Use Azure Log Analytics for analytics and alerts.
Data Residency:
- Managed HSM ensures data doesn’t leave the region where the HSM instance is deployed.
Centralized Key Management:
- Manage critical keys across your organization in one place, follow the least privileged access principle.
Operational Excellence: Making HSM Private for secure access.
Access to a managed HSM is controlled through two interfaces:
Management plane: On the management plane, you manage the HSM itself.
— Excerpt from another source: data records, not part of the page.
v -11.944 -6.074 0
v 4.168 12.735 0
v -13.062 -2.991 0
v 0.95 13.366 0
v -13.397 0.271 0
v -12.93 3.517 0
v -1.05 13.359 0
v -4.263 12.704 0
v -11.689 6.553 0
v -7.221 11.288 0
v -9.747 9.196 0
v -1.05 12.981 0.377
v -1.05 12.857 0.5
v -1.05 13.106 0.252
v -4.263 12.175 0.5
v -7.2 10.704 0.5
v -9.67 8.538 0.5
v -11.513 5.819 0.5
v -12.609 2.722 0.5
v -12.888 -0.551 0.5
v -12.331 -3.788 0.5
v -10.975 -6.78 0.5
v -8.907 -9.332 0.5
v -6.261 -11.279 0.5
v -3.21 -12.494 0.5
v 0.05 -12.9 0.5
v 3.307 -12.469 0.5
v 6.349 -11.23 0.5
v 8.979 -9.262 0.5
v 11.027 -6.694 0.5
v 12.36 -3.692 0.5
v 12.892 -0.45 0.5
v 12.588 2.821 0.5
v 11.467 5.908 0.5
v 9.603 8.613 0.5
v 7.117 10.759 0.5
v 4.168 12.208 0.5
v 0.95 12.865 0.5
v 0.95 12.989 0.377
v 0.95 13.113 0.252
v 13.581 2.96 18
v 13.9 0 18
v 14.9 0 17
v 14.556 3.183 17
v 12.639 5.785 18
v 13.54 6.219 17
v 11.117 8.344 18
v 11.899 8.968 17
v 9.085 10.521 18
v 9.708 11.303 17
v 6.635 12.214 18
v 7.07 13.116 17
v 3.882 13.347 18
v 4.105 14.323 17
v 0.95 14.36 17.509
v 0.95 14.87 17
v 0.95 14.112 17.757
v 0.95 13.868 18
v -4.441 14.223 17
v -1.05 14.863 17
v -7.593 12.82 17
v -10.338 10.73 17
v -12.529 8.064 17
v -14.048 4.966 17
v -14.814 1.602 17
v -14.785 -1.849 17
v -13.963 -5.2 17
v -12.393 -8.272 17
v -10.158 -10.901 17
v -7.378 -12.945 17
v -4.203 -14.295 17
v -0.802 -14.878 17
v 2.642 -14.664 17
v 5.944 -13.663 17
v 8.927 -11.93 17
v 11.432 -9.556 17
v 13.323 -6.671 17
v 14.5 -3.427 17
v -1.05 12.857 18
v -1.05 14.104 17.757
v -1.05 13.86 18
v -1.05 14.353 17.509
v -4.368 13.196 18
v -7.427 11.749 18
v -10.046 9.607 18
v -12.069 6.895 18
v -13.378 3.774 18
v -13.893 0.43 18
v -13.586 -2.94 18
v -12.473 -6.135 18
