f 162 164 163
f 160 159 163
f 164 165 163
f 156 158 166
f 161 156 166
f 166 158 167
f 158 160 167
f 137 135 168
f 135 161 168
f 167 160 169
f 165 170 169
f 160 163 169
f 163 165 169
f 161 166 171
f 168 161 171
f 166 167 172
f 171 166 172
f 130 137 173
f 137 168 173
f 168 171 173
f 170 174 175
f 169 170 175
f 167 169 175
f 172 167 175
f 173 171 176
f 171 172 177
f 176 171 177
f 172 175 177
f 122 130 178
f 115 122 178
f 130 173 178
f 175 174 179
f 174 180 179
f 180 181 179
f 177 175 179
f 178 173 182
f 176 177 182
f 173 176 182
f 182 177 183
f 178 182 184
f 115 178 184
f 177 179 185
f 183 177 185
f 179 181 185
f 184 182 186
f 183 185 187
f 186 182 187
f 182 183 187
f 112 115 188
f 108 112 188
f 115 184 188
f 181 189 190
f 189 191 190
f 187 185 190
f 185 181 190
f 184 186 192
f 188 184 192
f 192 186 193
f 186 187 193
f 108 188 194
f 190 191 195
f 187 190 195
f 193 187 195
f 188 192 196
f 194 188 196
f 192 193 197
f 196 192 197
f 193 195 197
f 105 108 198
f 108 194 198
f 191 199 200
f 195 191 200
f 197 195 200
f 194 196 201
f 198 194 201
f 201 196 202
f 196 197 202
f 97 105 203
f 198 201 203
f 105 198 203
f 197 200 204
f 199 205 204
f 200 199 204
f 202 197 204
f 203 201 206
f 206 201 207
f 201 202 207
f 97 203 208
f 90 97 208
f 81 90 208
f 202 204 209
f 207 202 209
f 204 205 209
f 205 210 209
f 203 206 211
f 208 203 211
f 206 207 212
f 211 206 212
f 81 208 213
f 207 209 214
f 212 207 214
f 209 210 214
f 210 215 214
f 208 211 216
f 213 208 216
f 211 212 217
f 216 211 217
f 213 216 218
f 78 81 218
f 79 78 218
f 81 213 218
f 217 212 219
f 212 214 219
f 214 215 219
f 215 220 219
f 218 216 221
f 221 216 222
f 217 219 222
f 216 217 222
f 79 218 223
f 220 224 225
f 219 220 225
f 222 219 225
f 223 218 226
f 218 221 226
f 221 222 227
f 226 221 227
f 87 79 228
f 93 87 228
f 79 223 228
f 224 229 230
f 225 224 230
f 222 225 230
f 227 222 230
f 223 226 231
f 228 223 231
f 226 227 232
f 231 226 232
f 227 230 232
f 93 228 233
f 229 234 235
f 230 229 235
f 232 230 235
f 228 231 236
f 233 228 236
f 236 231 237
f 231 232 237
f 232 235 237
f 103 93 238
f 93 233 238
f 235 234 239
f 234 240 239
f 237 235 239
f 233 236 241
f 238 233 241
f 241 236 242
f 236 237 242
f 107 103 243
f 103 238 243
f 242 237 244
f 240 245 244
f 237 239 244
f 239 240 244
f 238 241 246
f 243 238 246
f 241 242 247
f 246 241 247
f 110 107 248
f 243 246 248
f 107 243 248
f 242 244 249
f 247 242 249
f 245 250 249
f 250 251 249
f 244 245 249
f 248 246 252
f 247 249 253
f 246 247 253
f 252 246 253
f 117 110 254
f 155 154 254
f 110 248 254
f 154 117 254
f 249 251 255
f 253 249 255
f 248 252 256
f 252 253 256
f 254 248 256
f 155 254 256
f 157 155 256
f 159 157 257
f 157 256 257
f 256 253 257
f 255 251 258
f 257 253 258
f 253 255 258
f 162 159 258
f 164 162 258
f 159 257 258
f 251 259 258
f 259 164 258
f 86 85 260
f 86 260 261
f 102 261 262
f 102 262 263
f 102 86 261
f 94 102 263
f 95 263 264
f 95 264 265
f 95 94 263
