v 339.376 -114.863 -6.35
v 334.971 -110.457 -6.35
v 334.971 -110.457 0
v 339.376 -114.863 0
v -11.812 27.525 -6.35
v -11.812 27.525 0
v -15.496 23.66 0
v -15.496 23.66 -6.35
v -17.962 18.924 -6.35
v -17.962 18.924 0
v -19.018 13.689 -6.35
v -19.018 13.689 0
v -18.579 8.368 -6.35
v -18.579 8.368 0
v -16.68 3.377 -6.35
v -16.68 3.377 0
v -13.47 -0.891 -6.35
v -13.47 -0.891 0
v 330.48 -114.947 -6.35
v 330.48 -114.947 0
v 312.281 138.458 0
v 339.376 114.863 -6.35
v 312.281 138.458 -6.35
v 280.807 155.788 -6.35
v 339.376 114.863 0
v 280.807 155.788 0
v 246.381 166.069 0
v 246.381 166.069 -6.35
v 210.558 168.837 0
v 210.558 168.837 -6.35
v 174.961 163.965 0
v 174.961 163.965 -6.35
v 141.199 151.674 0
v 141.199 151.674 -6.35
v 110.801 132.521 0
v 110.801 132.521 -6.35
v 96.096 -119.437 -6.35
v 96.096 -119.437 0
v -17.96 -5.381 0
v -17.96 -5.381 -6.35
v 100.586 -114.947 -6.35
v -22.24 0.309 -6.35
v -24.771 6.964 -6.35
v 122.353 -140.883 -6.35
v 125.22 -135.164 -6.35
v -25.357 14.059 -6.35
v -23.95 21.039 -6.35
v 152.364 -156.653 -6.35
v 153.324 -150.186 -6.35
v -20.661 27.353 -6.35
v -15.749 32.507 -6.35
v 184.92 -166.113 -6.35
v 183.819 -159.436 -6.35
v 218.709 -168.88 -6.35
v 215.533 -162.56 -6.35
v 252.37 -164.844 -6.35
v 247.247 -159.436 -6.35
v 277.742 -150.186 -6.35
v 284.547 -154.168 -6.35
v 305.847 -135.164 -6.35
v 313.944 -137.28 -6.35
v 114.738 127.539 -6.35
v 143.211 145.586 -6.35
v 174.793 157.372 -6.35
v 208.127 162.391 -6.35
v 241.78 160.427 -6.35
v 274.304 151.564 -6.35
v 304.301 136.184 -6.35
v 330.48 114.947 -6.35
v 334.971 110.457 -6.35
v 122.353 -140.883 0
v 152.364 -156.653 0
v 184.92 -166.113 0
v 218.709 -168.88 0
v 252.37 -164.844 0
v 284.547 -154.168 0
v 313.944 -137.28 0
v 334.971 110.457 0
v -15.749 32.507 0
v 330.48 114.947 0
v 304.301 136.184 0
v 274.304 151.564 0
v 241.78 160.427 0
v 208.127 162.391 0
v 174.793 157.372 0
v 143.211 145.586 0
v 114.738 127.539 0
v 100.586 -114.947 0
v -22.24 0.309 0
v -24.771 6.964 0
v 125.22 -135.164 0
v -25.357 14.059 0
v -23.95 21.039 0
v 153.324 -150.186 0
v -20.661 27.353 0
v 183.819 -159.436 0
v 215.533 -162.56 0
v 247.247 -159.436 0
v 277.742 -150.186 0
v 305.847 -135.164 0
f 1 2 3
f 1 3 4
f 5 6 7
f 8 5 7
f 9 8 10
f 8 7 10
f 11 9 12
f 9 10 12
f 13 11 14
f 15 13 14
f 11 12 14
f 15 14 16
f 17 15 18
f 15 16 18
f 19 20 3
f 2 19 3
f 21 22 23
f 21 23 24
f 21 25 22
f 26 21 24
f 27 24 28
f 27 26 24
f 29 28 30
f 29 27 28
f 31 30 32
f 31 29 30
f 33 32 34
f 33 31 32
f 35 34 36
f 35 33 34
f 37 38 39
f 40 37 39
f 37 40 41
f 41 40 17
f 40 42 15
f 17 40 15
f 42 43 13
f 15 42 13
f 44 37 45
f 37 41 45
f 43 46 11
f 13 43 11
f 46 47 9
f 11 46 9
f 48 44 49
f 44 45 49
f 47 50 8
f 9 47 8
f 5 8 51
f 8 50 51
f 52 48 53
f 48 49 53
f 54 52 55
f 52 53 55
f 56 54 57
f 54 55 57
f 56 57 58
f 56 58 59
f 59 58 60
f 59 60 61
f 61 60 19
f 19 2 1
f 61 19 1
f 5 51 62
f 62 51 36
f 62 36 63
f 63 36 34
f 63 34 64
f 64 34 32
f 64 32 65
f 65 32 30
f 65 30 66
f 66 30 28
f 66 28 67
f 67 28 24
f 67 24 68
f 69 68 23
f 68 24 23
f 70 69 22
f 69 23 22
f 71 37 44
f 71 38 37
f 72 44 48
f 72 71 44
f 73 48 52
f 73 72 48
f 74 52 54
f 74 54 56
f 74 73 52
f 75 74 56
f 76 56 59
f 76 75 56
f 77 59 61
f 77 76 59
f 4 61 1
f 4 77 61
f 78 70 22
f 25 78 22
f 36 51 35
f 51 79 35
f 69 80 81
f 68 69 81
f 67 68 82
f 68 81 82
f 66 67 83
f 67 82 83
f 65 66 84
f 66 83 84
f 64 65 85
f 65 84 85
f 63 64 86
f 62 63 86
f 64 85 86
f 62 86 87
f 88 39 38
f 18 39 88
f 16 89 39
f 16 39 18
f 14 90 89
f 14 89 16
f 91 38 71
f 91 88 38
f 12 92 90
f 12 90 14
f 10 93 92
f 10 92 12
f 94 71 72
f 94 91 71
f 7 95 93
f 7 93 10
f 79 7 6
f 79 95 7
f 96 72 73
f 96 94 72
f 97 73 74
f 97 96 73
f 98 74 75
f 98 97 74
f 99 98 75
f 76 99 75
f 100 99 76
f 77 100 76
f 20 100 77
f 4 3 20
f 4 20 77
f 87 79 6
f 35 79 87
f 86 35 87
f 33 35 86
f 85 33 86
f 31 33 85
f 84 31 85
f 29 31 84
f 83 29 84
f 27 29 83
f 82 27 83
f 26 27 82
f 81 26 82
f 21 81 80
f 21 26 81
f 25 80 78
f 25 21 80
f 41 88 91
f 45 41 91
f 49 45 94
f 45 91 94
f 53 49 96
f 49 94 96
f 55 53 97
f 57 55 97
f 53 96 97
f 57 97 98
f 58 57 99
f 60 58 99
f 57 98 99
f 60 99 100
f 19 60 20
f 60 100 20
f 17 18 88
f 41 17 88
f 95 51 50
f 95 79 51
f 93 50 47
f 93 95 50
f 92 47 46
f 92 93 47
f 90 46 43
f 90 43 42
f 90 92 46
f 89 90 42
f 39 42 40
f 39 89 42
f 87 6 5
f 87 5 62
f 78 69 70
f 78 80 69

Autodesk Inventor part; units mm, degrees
ref_plane "YZ Plane" through (0, 0, 0) normal (1, 0, 0) x (0, 1, 0)
ref_plane "XZ Plane" through (0, 0, 0) normal (0, 1, 0) x (-1, 0, 0)
ref_plane "XY Plane" through (0, 0, 0) normal (0, 0, 1) x (1, 0, 0)
sketch "Sketch1" plane through (0, 0, 0) normal (0, 0, 1) x (1, 0, 0)
  line L0 (-11.8119, 27.5254) -> (114.7385, 127.5389)
  line L1 (-13.4704, -0.891) -> (100.5859, -114.9473)
  arc A0 (100.5859, -114.9473) -> (330.4805, -114.9473) centre (215.5332, 0) ccw
  arc A1 (330.4805, 114.9473) -> (114.7385, 127.5389) centre (215.5332, 0) ccw
  line L2 (-15.7492, 32.5074) -> (110.8012, 132.5209)
  arc A2 (339.3763, 114.8628) -> (110.8012, 132.5209) centre (215.5332, 0) ccw
  arc A3 (96.0958, -119.4374) -> (339.3763, -114.8628) centre (215.5332, 0) ccw
  line L3 (96.0958, -119.4374) -> (-17.9605, -5.3811)
  arc A4 (-15.7492, 32.5074) -> (-17.9605, -5.3811) centre (0, 12.5794) ccw
  arc A5 (-11.8119, 27.5254) -> (-13.4704, -0.891) centre (0, 12.5794) ccw
  line L4 (330.4805, 114.9473) -> (334.9706, 110.4572)
  line L5 (330.4805, -114.9473) -> (334.9706, -110.4572)
  line L6 (334.9706, -110.4572) -> (339.3763, -114.8628)
  line L7 (334.9706, 110.4572) -> (339.3763, 114.8628)
  point P0 (0, 0)
  dimension "d4" = 6.35
  dimension "d5" = 6.35
extrude "Extrusion1" add sketch "Sketch1" against normal blind 6.35
properties part number "neck chain"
Operations in this plane include creating and deleting managed HSMs and retrieving managed HSM properties.
Data plane: On the data plane, you work with the data that's stored in a managed HSM. which is basically the keys generated on HSM or imported to HSM from different key manager.
Authorization
There are two level of permission required to work with HSM.
Azure RBAC: All management plane operation on HSM, Operations in this plane include Create/Delete, Backup/restore, Networking, Manage security domain.
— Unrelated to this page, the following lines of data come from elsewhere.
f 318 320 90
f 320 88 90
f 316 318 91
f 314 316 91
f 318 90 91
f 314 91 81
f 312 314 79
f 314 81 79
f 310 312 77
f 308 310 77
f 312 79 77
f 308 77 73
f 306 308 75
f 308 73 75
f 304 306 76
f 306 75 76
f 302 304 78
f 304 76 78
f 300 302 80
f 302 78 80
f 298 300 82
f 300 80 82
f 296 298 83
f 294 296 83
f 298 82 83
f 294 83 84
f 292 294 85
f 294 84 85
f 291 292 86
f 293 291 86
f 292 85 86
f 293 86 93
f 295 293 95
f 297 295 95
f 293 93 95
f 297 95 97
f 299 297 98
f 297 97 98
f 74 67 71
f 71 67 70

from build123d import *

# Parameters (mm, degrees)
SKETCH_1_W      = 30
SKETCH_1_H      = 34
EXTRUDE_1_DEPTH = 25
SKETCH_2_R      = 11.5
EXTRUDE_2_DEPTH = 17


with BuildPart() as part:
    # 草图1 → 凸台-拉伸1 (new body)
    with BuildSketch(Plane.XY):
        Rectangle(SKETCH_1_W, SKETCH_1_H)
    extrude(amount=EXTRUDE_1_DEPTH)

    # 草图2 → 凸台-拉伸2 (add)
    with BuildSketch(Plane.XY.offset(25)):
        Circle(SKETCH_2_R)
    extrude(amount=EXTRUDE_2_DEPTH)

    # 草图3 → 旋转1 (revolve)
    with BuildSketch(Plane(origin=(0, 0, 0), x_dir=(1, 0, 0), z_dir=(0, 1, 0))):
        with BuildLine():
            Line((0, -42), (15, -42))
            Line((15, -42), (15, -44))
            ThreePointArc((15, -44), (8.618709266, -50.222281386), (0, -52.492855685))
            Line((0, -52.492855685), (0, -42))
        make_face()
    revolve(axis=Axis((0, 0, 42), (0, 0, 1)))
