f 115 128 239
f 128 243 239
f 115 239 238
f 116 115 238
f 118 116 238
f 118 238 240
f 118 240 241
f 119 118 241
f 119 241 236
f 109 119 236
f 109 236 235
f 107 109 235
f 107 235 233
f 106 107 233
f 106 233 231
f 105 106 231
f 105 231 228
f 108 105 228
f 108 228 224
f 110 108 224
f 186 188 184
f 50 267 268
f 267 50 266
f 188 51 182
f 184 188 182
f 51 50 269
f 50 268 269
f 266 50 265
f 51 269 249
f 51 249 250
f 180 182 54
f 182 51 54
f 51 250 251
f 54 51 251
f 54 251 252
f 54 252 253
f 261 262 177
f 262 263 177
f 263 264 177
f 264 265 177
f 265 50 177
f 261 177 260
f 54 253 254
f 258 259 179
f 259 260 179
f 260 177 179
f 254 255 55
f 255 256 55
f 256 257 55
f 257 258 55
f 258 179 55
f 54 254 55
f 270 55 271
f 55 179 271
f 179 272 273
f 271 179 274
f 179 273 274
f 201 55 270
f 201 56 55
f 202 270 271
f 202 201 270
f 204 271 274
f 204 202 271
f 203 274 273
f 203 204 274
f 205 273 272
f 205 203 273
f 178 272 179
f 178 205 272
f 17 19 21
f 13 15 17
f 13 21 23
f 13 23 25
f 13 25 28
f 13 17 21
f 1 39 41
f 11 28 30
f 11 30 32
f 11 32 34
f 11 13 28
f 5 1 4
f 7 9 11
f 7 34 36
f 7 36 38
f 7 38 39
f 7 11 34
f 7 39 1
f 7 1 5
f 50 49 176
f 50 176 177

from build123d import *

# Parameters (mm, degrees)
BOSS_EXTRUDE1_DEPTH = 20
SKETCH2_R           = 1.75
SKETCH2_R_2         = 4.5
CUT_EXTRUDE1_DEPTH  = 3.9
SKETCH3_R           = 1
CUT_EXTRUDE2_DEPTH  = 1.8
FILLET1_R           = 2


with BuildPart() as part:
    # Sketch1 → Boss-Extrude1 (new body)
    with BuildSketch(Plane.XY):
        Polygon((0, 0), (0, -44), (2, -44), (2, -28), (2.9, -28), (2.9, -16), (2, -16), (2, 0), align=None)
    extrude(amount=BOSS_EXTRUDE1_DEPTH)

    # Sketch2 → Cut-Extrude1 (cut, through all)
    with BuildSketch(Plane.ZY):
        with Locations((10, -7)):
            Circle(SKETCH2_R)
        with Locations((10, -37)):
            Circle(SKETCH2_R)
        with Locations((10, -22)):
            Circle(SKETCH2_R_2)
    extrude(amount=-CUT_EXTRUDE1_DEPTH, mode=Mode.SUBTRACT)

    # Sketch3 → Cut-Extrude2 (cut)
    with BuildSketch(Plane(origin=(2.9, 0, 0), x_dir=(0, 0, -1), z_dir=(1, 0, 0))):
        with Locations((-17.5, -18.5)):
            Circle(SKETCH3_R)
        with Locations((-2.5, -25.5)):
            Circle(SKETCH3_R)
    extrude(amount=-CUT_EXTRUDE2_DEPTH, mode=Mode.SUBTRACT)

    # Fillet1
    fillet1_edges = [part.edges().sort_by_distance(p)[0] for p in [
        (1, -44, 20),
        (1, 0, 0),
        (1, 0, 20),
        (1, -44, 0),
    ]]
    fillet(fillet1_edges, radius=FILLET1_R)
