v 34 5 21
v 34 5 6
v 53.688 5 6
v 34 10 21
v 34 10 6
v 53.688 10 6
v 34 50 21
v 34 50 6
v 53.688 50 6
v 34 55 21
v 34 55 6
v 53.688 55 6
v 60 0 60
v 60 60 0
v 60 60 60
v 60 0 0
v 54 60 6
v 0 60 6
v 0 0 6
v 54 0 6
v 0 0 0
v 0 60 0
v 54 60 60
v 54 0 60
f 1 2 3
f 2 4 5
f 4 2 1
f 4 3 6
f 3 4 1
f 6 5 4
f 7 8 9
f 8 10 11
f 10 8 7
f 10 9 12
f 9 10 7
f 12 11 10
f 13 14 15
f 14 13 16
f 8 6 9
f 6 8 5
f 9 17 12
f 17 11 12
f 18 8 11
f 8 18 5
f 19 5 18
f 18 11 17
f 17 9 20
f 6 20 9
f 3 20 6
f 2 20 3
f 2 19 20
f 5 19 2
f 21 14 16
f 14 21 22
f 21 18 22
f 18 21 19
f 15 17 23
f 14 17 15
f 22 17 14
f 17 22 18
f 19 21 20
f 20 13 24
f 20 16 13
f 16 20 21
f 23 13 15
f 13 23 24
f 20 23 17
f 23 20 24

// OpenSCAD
$fn = 32;

// ----------------------------------------------------------------------
// Rib bracket: 2-gusset L bracket
// ----------------------------------------------------------------------

// --- parameters (mm) ---
base_l = 60;              // foot length, X
base_w = 60;              // foot width, Y
base_t = 6;               // foot thickness
plate_t = 6;              // upright plate thickness
plate_h = 60;             // overall height
gus_l = 20;               // gusset leg along the foot
gus_h = 16;               // gusset height
gus_t = 5;                // gusset thickness
gus_edge = 5;             // gusset margin from the foot edge
n_gus = 2;                // gusset count

gus_pitch = (base_w - 2 * gus_edge - gus_t) / (n_gus - 1);  // gusset pitch

union() {
  cube([base_l, base_w, base_t]);
  translate([base_l - plate_t, 0, base_t - 1])
    cube([plate_t, base_w, plate_h - base_t + 1]);
  for (i = [0 : n_gus - 1])
    translate([base_l - plate_t - gus_l, gus_edge + i * gus_pitch, base_t - 1])
      rotate([-90, 0, 0])
        linear_extrude(height = gus_t)
          polygon(points = [[0, 0], [gus_l + 1, 0], [0, -gus_h]]);
}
Local RBAC: Role assignment at this is either scope at All keys or Single key.
Perform all sort of operation i.e. Create/Retrieve/Delete on Keys are granted using Local RBAC.
Networking
In Networking section for HSM, options are either 'Allow All network' or 'Private Endpoints with allow trusted services.'
As general rule of thumb always prefers private connection over public.
All Networks: Exposed over public endpoint, accessible over internet by default.
Private Endpoint: It only exposes HSM on your specific VNet, Resources in that VNet only will have access to HSM Data Plane.
Create private endpoint in HSM steps are similar to private endpoints for any Az resources. specify VNet and Subnet for PE where an application/service has line of sight to HSM PE.One thing to note with private endpoint is that it restricts access to HSM data plane from Az ARM interface. you would need Azure VM in Same VNet or its Peered VNet to be able Access/manage HSM keys from Az ARM interface i.e. Portal/CLI
Error observed accessing HSM via portal once PE is enabled for HSM.
Operational Excellence: Encryption with managed HSM
Based on your requirement use HSM keys to encrypt data at rest on Azure service such as Blob Storage, PostgreSQL, MySQL etc.
Let's take an example of encryption existing blob storage with CMK on HSM, we already have HSM configured with Private endpoint & Required RBAC "Managed HSM Crypto User."
Noticed once we enable PE on HSM, we can't access data plane on HSM, that means all operation on keys would be restricted from portal/cli including local RBAC management.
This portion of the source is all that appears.